# My first thread (embarrassing stupid nubie question)



## kitty_mtb (Jan 28, 2006)

Hi to all my fellow fem mtbr's (and cat lover's alike),
I am rather new to the sport (thanks to my beloved fiance' I am now horribly addicted) and I have a question that is a bit embarrassing and I feel stupid asking it, but I feel I have to as my fiance doesn't know as he doesn't wear them.
My question is about bike shorts or knicks as they seem to be refered to as, I have just bought a pair and I was wondering if you wear underwear under them? I ask the question because I originally bought them for extra padding as I find them I tend to get a bit of chaffing from my underwear seams, however the liner of the particular pair I bought looks as though you could get away with out wearing underwear.
Please could someone advise me on the correct edicate in this department.
P.S. Any boys reading this PUT IT AWAY or my foot will.


----------



## brownieinSC (Apr 19, 2004)

*Commando*

When I first started I wore underwear because it just felt very strange not to have them on. Then I read people posting on here about not wearing them, the reasons why, etc. Went without them one ride and it was truely more comfortable.


----------



## pfunk (Jan 12, 2004)

*yup, skip the skivies*



kitty_mtb said:


> Hi to all my fellow fem mtbr's (and cat lover's alike),
> I am rather new to the sport (thanks to my beloved fiance' I am now horribly addicted) and I have a question that is a bit embarrassing and I feel stupid asking it, but I feel I have to as my fiance doesn't know as he doesn't wear them.
> My question is about bike shorts or knicks as they seem to be refered to as, I have just bought a pair and I was wondering if you wear underwear under them? I ask the question because I originally bought them for extra padding as I find them I tend to get a bit of chaffing from my underwear seams, however the liner of the particular pair I bought looks as though you could get away with out wearing underwear.
> Please could someone advise me on the correct edicate in this department.
> P.S. Any boys reading this PUT IT AWAY or my foot will.
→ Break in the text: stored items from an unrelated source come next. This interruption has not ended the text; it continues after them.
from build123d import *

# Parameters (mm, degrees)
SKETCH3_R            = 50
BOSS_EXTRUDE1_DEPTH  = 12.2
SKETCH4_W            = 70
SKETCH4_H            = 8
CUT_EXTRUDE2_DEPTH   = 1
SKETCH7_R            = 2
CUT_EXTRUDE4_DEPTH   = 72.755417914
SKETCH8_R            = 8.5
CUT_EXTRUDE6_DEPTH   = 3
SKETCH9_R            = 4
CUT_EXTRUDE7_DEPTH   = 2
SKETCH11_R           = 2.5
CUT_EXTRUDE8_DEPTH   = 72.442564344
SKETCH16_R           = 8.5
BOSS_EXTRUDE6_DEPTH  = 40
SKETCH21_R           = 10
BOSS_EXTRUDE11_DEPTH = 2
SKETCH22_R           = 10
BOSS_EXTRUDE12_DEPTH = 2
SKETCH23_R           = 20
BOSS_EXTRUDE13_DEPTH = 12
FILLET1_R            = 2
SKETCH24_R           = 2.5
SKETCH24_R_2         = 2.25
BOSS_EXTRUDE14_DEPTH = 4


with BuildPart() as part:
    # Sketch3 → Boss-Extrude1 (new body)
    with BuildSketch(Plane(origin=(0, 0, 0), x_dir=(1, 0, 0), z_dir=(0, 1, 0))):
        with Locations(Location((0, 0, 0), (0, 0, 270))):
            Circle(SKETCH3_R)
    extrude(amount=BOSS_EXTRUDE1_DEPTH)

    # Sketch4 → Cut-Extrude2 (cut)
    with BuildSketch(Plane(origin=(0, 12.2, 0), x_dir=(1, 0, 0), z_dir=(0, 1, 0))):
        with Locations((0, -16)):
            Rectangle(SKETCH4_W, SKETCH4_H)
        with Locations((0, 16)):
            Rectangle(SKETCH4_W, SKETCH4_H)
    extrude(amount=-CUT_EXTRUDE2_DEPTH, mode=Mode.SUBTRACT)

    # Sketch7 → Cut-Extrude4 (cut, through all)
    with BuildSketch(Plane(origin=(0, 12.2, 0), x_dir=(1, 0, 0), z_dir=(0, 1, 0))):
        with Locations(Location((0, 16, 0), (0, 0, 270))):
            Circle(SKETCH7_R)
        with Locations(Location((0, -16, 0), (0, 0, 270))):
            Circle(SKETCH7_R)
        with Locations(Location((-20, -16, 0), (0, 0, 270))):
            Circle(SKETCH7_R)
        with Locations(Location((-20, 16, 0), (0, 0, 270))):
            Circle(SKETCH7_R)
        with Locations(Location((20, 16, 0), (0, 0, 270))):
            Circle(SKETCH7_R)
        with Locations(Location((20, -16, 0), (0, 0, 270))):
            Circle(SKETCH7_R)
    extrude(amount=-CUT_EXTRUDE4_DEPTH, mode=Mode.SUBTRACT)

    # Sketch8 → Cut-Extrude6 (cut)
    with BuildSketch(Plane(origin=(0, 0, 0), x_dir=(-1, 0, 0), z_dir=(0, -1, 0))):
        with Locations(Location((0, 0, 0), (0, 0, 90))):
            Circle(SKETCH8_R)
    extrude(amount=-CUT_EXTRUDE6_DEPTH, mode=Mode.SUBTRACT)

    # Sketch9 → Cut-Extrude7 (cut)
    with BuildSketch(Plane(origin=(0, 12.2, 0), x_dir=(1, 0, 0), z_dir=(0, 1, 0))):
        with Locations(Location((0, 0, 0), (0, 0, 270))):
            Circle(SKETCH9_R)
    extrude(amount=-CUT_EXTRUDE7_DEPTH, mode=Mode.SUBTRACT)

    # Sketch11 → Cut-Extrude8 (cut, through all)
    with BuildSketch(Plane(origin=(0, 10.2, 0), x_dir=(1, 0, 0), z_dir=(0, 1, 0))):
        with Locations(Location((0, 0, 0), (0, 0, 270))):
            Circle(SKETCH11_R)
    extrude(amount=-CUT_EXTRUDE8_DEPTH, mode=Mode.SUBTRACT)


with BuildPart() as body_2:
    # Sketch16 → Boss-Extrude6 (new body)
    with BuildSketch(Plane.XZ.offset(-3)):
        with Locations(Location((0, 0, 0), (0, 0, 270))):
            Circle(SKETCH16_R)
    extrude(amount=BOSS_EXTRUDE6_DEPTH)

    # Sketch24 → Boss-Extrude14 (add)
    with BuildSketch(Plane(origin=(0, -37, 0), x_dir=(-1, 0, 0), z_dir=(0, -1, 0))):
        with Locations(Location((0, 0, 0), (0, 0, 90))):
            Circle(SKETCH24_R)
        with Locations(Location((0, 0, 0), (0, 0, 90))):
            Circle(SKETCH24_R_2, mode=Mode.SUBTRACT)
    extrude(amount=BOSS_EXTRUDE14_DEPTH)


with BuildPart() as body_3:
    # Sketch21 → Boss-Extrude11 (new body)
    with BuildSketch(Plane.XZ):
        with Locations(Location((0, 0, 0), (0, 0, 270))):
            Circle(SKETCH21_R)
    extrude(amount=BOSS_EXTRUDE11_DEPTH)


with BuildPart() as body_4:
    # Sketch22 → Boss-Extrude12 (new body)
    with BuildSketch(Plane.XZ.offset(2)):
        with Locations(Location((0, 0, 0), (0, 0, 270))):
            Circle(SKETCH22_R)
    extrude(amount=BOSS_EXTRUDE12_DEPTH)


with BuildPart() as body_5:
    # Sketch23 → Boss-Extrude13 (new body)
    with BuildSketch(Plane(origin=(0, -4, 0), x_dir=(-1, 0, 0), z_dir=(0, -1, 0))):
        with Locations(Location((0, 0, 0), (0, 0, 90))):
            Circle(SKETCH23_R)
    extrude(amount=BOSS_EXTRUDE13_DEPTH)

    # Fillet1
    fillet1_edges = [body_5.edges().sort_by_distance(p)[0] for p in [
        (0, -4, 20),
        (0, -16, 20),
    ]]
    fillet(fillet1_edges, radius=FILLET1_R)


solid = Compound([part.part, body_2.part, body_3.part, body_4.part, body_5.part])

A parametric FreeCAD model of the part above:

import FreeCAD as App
import Part
import Sketcher


def edges_at(feature, points):
    """Names of the edges that pass closest to the given points."""
    edges = feature.Shape.Edges
    near = lambda p: min(range(len(edges)), key=lambda i: edges[i].distToShape(Part.Vertex(*p))[0])
    return sorted({f"Edge{near(p) + 1}" for p in points})

doc = App.newDocument("Part")
body = doc.addObject("PartDesign::Body", "Body")

sketch1 = body.newObject("Sketcher::SketchObject", "Sketch")
sketch1.AttachmentSupport = (doc.getObject("XZ_Plane"), [""])
sketch1.MapMode = "FlatFace"
sketch1.addGeometry(Part.Circle(App.Vector(0, 0, 0), App.Vector(0, 0, 1), 50), False)
sketch1.addConstraint(Sketcher.Constraint("Coincident", 0, 3, -1, 1))
sketch1.addConstraint(Sketcher.Constraint("Diameter", 0, 100.0))
pad1 = body.newObject("PartDesign::Pad", "Pad")
pad1.Profile = sketch1
pad1.Length = 12.2
pad1.Reversed = True

sketch2 = body.newObject("Sketcher::SketchObject", "Sketch001")
sketch2.AttachmentSupport = (doc.getObject("XZ_Plane"), [""])
sketch2.MapMode = "FlatFace"
sketch2.AttachmentOffset = App.Placement(App.Vector(0, 0, -12.2), App.Rotation())
sketch2.addGeometry(Part.LineSegment(App.Vector(-35, 12, 0), App.Vector(-35, 20, 0)), False)
sketch2.addGeometry(Part.LineSegment(App.Vector(-35, 20, 0), App.Vector(35, 20, 0)), False)
sketch2.addGeometry(Part.LineSegment(App.Vector(35, 20, 0), App.Vector(35, 12, 0)), False)
sketch2.addGeometry(Part.LineSegment(App.Vector(35, 12, 0), App.Vector(-35, 12, 0)), False)
sketch2.addGeometry(Part.LineSegment(App.Vector(-35, -20, 0), App.Vector(-35, -12, 0)), False)
sketch2.addGeometry(Part.LineSegment(App.Vector(-35, -12, 0), App.Vector(35, -12, 0)), False)
sketch2.addGeometry(Part.LineSegment(App.Vector(35, -12, 0), App.Vector(35, -20, 0)), False)
sketch2.addGeometry(Part.LineSegment(App.Vector(35, -20, 0), App.Vector(-35, -20, 0)), False)
sketch2.addConstraint(Sketcher.Constraint("Coincident", 0, 2, 1, 1))
sketch2.addConstraint(Sketcher.Constraint("Coincident", 1, 2, 2, 1))
sketch2.addConstraint(Sketcher.Constraint("Coincident", 2, 2, 3, 1))
sketch2.addConstraint(Sketcher.Constraint("Coincident", 3, 2, 0, 1))
sketch2.addConstraint(Sketcher.Constraint("Coincident", 4, 2, 5, 1))
sketch2.addConstraint(Sketcher.Constraint("Coincident", 5, 2, 6, 1))
sketch2.addConstraint(Sketcher.Constraint("Coincident", 6, 2, 7, 1))
sketch2.addConstraint(Sketcher.Constraint("Coincident", 7, 2, 4, 1))
sketch2.addConstraint(Sketcher.Constraint("Vertical", 0))
sketch2.addConstraint(Sketcher.Constraint("Horizontal", 1))
sketch2.addConstraint(Sketcher.Constraint("Vertical", 2))
sketch2.addConstraint(Sketcher.Constraint("Horizontal", 3))
sketch2.addConstraint(Sketcher.Constraint("Vertical", 4))
sketch2.addConstraint(Sketcher.Constraint("Horizontal", 5))
sketch2.addConstraint(Sketcher.Constraint("Vertical", 6))
sketch2.addConstraint(Sketcher.Constraint("Horizontal", 7))
sketch2.addConstraint(Sketcher.Constraint("Symmetric", 2, 2, 4, 2, -1, 1))
sketch2.addConstraint(Sketcher.Constraint("Symmetric", 0, 2, 6, 2, -1, 1))
sketch2.addConstraint(Sketcher.Constraint("Vertical", 3, 2, 4, 2))
sketch2.addConstraint(Sketcher.Constraint("DistanceX", 1, 1, 1, 2, 70.0))
sketch2.addConstraint(Sketcher.Constraint("DistanceY", 0, 1, 0, 2, 8.0))
sketch2.addConstraint(Sketcher.Constraint("DistanceY", -1, 1, 0, 2, 20.0))
pocket1 = body.newObject("PartDesign::Pocket", "Pocket")
pocket1.Profile = sketch2
pocket1.Length = 1
pocket1.Reversed = True

sketch3 = body.newObject("Sketcher::SketchObject", "Sketch002")
sketch3.AttachmentSupport = (doc.getObject("XZ_Plane"), [""])
sketch3.MapMode = "FlatFace"
sketch3.AttachmentOffset = App.Placement(App.Vector(0, 0, -12.2), App.Rotation())
sketch3.addGeometry(Part.Circle(App.Vector(0, -16, 0), App.Vector(0, 0, 1), 2), False)
sketch3.addGeometry(Part.Circle(App.Vector(0, 16, 0), App.Vector(0, 0, 1), 2), False)
sketch3.addGeometry(Part.Circle(App.Vector(-20, 16, 0), App.Vector(0, 0, 1), 2), False)
sketch3.addGeometry(Part.Circle(App.Vector(-20, -16, 0), App.Vector(0, 0, 1), 2), False)
sketch3.addGeometry(Part.Circle(App.Vector(20, -16, 0), App.Vector(0, 0, 1), 2), False)
sketch3.addGeometry(Part.Circle(App.Vector(20, 16, 0), App.Vector(0, 0, 1), 2), False)
sketch3.addConstraint(Sketcher.Constraint("Equal", 0, 1))
sketch3.addConstraint(Sketcher.Constraint("Equal", 1, 2))
sketch3.addConstraint(Sketcher.Constraint("Equal", 2, 3))
sketch3.addConstraint(Sketcher.Constraint("Equal", 3, 4))
sketch3.addConstraint(Sketcher.Constraint("Equal", 4, 5))
sketch3.addConstraint(Sketcher.Constraint("Symmetric", 0, 3, 1, 3, -1, 1))
sketch3.addConstraint(Sketcher.Constraint("Symmetric", 2, 3, 4, 3, -1, 1))
sketch3.addConstraint(Sketcher.Constraint("Symmetric", 3, 3, 5, 3, -1, 1))
sketch3.addConstraint(Sketcher.Constraint("Symmetric", 3, 3, 4, 3, -2))
sketch3.addConstraint(Sketcher.Constraint("PointOnObject", 0, 3, -2))
sketch3.addConstraint(Sketcher.Constraint("Horizontal", 1, 3, 2, 3))
sketch3.addConstraint(Sketcher.Constraint("Diameter", 0, 4.0))
sketch3.addConstraint(Sketcher.Constraint("DistanceY", 0, 3, -1, 1, 16.0))
sketch3.addConstraint(Sketcher.Constraint("DistanceX", 2, 3, -1, 1, 20.0))
pocket2 = body.newObject("PartDesign::Pocket", "Pocket001")
pocket2.Profile = sketch3
pocket2.Type = "ThroughAll"
pocket2.Reversed = True

sketch4 = body.newObject("Sketcher::SketchObject", "Sketch003")
sketch4.AttachmentSupport = (doc.getObject("XZ_Plane"), [""])
sketch4.MapMode = "FlatFace"
sketch4.addGeometry(Part.Circle(App.Vector(0, 0, 0), App.Vector(0, 0, 1), 8.5), False)
sketch4.addConstraint(Sketcher.Constraint("Coincident", 0, 3, -1, 1))
sketch4.addConstraint(Sketcher.Constraint("Diameter", 0, 17.0))
pocket3 = body.newObject("PartDesign::Pocket", "Pocket002")
pocket3.Profile = sketch4
pocket3.Length = 3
I think everybody does the same thing at first, but they are meant to be worn without. MUCH more comfortable.


----------



## Berkeley Mike (Jan 13, 2004)

*Is there a Girl Word*

for Commando?
We started 3 brand new 14-15 tear old girls on our team and they got it into their heads that a thong was the way to go. One of the mothers, unbeknownst to them, mentioned it in a phone conversation and I encouraged her that they were designed for use without underwear. The technical materials used need to be next to the skin for proper sweat absorbtion and wicking away from the body. Also there is the bunching thing.
Neither all the new girls, nor all the new boys for that matter, have made the switch. They will in time.
A further question occurs; what about a woman's "moons."


----------



## Christine (Feb 11, 2004)

"moons??" 

I doubt they would be wearing pads for a bike ride anyway, though if they insist they could just wear underwear for that ride knowing it won't be very comfortable.


----------



## Berkeley Mike (Jan 13, 2004)

*Thank you, Christine*

I got that from the Doctor on Deadwood.


----------



## CycleMainiac (Jan 12, 2004)

yes, kitty, no undies

Mike, there's that thing called the Keeper and the Diva Cup for the moons. A way better option for active women.


----------



## pimpbot (Dec 31, 2003)

*Yep...*

and let me add something about the 'hard seat' factor...

All newbies go through the period where your behind needs to get used to sitting on a bike seat. After a few regular rides (once a week, like) the rear end soreness will go away. More padding on the seat generally won't help.

Heck, you can sit on a solid pice of wood as a seat if it had a good shape. Just get a seat that fits your sit bones well, and cradles your behind.


----------



## kitty_mtb (Jan 28, 2006)

Thanks everyone  you have been most helpful.
Going to go for a ride in my new knicks!


----------



## formica (Jul 4, 2004)

Christine said:


> "moons??"
> 
> I doubt they would be wearing pads for a bike ride anyway, though if they insist they could just wear underwear for that ride knowing it won't be very comfortable.


you'll have to forgive B-Mike, he's in Berkeley where I'm sure there are more womyn with moons ( wimmen?) than there are women having their periods...


----------



## kitty_mtb (Jan 28, 2006)

*Chamois creams?*

Hello all again another question. What are the creams for that I see advertised? Are the necessary or is there something else I can use?


----------



## CycleMainiac (Jan 12, 2004)

Chamois Butt'r is popular around here, I use it often if I get it for free, tube costs about $12-$15










Udder butter has been recommended too, but I have never used this.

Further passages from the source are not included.